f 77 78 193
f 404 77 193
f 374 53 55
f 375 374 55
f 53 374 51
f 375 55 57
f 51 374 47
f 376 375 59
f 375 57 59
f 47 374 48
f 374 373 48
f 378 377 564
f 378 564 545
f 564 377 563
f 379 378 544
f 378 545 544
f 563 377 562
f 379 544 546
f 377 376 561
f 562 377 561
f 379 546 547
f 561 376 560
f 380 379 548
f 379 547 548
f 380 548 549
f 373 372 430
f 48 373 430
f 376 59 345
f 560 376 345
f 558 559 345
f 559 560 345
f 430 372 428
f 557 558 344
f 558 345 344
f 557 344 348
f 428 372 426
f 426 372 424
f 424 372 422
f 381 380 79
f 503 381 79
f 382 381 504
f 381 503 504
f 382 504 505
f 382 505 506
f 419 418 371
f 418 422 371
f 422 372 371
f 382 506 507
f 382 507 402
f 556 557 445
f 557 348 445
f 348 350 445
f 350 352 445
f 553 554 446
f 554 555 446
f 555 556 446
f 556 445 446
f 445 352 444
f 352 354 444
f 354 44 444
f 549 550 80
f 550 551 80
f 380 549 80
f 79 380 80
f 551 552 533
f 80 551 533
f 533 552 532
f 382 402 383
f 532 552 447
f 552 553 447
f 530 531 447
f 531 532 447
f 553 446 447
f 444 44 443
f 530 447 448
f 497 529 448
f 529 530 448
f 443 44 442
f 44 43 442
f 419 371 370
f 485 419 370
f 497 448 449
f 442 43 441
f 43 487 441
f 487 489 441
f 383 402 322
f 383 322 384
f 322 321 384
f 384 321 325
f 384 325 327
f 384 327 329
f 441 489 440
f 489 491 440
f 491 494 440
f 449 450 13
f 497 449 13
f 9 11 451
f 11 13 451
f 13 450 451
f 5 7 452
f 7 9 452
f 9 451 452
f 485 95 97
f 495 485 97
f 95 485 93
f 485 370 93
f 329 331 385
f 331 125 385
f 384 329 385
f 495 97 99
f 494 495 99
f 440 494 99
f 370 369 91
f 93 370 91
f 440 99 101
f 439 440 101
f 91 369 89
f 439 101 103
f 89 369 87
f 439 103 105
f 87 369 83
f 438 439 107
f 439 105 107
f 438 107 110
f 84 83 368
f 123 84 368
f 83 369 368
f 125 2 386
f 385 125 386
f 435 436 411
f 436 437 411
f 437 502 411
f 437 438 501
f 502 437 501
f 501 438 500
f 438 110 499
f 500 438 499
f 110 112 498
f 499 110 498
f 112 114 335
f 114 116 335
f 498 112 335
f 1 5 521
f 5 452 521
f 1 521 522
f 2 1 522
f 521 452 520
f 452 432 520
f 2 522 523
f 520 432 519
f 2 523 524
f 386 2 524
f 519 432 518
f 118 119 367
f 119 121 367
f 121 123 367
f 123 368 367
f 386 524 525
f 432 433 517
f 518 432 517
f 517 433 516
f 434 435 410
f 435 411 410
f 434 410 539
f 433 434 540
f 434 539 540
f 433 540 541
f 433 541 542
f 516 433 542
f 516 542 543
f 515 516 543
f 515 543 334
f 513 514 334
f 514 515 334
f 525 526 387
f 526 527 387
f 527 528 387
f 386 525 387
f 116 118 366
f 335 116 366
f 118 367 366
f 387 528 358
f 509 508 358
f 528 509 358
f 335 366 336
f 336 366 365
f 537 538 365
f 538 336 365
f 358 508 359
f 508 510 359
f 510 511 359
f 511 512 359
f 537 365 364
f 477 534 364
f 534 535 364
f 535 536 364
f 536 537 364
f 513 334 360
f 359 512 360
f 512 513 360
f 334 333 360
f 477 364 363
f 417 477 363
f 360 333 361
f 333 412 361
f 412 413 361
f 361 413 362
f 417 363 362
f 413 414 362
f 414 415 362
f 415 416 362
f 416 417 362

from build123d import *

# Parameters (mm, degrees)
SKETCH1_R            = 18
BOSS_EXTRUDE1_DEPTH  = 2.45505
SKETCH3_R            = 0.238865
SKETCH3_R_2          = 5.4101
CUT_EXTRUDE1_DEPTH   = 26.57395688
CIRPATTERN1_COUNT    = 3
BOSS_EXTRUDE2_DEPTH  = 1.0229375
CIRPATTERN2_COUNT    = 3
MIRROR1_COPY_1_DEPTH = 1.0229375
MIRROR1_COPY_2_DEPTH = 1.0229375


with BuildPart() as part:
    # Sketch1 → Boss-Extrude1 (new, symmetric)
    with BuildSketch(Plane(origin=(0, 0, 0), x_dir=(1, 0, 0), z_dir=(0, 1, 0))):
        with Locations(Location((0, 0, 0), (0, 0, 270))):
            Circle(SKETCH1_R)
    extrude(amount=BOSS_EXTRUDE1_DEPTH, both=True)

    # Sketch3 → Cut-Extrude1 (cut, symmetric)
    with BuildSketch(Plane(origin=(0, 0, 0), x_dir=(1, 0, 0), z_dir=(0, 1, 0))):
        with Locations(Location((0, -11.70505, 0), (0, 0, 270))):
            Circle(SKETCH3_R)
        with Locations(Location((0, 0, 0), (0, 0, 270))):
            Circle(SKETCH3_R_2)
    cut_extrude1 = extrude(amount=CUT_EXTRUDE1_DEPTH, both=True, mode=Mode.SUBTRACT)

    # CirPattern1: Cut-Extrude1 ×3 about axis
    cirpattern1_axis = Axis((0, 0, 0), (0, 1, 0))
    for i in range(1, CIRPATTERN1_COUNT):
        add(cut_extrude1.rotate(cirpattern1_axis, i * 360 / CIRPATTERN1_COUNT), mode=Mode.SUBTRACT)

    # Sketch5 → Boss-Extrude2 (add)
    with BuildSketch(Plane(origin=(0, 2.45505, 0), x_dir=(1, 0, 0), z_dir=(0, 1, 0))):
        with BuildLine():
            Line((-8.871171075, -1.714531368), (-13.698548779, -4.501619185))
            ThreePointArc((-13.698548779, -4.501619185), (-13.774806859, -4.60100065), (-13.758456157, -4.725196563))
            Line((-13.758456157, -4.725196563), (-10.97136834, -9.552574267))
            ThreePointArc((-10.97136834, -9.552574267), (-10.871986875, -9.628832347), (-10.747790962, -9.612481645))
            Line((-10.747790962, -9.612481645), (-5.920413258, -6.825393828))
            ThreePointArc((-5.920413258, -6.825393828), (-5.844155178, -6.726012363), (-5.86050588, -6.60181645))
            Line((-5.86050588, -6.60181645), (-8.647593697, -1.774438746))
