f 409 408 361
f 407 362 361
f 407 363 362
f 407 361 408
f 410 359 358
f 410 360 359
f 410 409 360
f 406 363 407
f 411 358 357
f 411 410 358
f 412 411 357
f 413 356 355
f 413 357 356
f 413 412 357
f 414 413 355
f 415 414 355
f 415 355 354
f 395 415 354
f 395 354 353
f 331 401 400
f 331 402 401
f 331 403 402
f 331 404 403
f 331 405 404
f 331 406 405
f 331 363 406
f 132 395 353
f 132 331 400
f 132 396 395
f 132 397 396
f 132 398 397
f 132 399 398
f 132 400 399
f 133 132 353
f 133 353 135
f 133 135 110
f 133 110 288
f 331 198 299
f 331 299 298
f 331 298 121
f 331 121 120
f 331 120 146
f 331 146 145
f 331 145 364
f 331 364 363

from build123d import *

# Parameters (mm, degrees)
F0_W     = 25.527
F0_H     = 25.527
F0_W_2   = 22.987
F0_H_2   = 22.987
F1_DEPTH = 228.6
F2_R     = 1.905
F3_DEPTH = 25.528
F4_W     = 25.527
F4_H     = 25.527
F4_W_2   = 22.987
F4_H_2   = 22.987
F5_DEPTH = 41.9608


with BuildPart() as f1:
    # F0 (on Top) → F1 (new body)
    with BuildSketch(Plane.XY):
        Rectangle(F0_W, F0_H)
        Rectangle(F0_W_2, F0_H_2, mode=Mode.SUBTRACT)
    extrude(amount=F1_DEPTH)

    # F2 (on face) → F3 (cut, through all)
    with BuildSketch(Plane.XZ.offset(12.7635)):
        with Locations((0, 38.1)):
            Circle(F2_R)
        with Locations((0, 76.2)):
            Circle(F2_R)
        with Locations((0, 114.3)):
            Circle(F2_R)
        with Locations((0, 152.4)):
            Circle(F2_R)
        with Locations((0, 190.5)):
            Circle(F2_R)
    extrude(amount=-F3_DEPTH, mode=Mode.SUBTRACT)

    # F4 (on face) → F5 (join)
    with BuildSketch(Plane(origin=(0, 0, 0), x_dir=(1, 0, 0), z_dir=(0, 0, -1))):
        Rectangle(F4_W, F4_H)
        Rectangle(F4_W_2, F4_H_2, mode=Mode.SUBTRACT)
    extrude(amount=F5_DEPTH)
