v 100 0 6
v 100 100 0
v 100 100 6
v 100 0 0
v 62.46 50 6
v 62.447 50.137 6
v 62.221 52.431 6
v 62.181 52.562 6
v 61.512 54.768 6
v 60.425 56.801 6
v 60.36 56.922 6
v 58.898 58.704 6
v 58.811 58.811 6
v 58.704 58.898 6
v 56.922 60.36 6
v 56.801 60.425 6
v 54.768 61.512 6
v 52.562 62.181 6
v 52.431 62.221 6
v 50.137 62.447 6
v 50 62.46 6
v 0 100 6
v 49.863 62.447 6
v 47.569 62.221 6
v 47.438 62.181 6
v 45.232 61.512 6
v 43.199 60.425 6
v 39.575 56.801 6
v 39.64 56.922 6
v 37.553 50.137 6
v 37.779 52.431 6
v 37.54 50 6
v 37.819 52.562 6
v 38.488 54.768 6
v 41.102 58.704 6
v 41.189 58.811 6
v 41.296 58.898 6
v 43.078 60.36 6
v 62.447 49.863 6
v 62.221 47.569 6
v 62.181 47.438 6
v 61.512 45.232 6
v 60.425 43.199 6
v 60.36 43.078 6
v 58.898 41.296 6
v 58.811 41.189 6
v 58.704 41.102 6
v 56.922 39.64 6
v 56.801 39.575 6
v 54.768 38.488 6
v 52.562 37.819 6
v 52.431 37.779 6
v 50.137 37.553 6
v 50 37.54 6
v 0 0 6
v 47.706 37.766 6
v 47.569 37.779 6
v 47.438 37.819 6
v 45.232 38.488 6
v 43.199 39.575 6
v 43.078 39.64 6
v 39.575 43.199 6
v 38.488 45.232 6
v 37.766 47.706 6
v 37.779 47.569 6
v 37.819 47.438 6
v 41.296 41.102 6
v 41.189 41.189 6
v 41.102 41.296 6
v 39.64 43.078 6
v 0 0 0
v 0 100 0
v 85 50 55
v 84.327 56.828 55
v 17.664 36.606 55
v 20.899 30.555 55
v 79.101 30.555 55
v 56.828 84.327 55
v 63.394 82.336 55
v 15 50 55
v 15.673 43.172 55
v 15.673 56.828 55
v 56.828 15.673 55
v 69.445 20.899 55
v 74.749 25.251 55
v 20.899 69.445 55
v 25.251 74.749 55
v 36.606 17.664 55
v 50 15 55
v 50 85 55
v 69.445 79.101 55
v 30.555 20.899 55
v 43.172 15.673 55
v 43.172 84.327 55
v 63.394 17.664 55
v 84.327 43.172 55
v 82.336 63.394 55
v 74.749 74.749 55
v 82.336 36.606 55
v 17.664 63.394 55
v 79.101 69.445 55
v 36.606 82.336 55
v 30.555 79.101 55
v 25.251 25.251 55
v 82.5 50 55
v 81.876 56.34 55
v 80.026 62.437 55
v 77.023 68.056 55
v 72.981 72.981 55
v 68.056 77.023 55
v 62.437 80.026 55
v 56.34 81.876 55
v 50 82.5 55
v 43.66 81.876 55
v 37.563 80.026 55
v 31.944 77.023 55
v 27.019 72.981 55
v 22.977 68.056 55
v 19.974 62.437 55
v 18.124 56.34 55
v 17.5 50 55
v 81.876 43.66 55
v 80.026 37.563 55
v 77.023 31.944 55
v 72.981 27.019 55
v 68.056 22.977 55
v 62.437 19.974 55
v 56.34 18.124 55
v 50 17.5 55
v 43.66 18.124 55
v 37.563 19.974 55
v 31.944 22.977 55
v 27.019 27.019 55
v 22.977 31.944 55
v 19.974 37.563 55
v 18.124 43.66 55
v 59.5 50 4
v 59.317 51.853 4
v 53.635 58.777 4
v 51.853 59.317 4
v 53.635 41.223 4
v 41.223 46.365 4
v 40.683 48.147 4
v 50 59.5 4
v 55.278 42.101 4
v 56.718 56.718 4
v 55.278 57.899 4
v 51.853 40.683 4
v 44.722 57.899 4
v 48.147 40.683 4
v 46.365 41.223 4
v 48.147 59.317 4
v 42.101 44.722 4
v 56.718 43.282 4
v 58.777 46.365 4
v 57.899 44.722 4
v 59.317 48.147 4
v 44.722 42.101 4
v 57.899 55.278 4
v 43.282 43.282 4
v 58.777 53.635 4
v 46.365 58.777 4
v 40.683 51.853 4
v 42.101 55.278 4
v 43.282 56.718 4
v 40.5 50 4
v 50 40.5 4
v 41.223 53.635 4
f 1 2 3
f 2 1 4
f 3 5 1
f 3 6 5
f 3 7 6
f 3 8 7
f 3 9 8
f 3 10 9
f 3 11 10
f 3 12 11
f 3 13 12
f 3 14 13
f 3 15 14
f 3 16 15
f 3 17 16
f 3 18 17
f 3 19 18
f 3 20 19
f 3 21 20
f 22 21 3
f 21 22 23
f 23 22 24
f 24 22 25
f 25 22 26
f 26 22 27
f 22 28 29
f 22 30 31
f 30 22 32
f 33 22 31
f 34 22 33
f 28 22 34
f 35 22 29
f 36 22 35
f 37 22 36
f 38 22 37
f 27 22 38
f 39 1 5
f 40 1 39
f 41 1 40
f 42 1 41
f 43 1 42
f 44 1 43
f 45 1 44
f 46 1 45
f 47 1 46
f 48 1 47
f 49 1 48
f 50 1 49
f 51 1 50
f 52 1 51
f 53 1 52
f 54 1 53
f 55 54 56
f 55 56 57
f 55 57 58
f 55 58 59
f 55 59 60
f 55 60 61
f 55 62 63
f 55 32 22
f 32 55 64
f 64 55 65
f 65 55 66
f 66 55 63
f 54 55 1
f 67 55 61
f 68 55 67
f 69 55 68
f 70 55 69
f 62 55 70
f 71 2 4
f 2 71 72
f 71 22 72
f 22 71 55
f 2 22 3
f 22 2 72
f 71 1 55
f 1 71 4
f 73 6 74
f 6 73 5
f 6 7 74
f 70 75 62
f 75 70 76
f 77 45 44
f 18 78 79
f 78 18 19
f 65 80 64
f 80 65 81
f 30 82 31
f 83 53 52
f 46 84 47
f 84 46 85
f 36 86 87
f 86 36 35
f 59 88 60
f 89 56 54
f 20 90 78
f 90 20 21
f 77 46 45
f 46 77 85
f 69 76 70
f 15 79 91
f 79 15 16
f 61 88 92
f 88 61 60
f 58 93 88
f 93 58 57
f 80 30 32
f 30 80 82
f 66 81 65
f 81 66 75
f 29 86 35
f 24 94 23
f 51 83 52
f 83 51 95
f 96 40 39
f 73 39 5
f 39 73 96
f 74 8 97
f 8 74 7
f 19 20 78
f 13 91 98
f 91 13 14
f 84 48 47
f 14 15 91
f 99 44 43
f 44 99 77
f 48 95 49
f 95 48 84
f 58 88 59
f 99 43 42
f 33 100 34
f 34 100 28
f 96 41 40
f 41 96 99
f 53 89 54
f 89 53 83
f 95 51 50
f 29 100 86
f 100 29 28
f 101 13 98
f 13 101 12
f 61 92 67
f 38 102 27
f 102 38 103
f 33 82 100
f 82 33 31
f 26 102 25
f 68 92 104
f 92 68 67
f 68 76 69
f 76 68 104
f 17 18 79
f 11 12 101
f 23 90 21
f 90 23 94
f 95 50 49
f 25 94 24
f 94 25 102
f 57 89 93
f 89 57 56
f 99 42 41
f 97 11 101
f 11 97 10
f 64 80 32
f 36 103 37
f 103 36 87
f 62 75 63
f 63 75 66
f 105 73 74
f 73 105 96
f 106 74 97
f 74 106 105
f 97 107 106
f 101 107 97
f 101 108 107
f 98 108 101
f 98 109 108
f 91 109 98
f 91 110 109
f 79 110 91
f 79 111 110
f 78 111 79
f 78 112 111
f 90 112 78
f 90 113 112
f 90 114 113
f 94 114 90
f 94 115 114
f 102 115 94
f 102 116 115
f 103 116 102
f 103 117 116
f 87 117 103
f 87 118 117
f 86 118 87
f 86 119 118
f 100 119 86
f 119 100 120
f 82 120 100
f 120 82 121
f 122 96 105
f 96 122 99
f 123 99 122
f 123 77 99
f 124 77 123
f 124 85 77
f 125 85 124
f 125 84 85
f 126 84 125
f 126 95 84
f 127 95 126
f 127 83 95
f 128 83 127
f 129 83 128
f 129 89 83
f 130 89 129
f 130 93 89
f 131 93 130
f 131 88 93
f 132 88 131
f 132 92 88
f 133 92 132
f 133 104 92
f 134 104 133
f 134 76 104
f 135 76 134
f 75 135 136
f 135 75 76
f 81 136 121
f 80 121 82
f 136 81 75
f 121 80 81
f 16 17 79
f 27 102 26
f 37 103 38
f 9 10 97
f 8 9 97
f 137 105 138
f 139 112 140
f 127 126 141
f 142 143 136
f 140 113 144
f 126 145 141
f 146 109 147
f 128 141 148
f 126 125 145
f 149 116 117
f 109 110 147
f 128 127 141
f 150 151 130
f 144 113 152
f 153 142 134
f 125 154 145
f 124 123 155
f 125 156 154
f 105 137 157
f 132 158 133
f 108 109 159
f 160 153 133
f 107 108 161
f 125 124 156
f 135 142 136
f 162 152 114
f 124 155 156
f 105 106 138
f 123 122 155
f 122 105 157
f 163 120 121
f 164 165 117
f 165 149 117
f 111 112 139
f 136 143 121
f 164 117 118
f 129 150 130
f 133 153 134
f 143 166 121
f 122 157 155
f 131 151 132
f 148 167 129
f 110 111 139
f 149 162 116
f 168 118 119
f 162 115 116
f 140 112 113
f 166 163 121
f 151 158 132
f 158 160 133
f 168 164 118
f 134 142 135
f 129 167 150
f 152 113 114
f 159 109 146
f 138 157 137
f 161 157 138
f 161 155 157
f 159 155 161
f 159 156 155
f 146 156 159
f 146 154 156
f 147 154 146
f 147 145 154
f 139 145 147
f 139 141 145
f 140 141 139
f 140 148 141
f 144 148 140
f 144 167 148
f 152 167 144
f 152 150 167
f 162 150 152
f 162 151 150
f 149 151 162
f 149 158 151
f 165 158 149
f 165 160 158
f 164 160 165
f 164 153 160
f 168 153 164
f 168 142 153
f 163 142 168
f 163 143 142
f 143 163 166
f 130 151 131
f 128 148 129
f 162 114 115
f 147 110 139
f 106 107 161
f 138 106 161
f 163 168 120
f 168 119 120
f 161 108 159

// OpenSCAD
$fn = 32;

// ----------------------------------------------------------------------
// Hopper: funnel with square flange
// ----------------------------------------------------------------------

// --- parameters (mm) ---
fl = 100;                 // flange side, X and Y
fl_t = 6;                 // flange thickness
cone_h = 50;              // cone height above the flange
top_d = 70;               // cone mouth diameter
bot_d = 24;               // cone spout diameter
wall = 2.5;               // cone wall thickness

bore_d = bot_d - 2 * wall;  // spout bore diameter
total_h = fl_t + cone_h - 1;  // overall height

difference() {
  union() {
    cube([fl, fl, fl_t]);
    translate([fl / 2, fl / 2, fl_t - 1])
      cylinder(h = cone_h, d1 = bot_d, d2 = top_d);
  }
  translate([fl / 2, fl / 2, fl_t - 2])
    cylinder(h = cone_h + 1, d1 = bore_d, d2 = top_d - 2 * wall);
}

--------------------------------------------------

WORK TO COMPLETE:
Reproduce, line for line, the material, starting at its first line, and end once the line holding "f 562 377 561" has been output.

ANSWER SECTION:
f 77 78 193
f 404 77 193
f 374 53 55
f 375 374 55
f 53 374 51
f 375 55 57
f 51 374 47
f 376 375 59
f 375 57 59
f 47 374 48
f 374 373 48
f 378 377 564
f 378 564 545
f 564 377 563
f 379 378 544
f 378 545 544
f 563 377 562
f 379 544 546
f 377 376 561
f 562 377 561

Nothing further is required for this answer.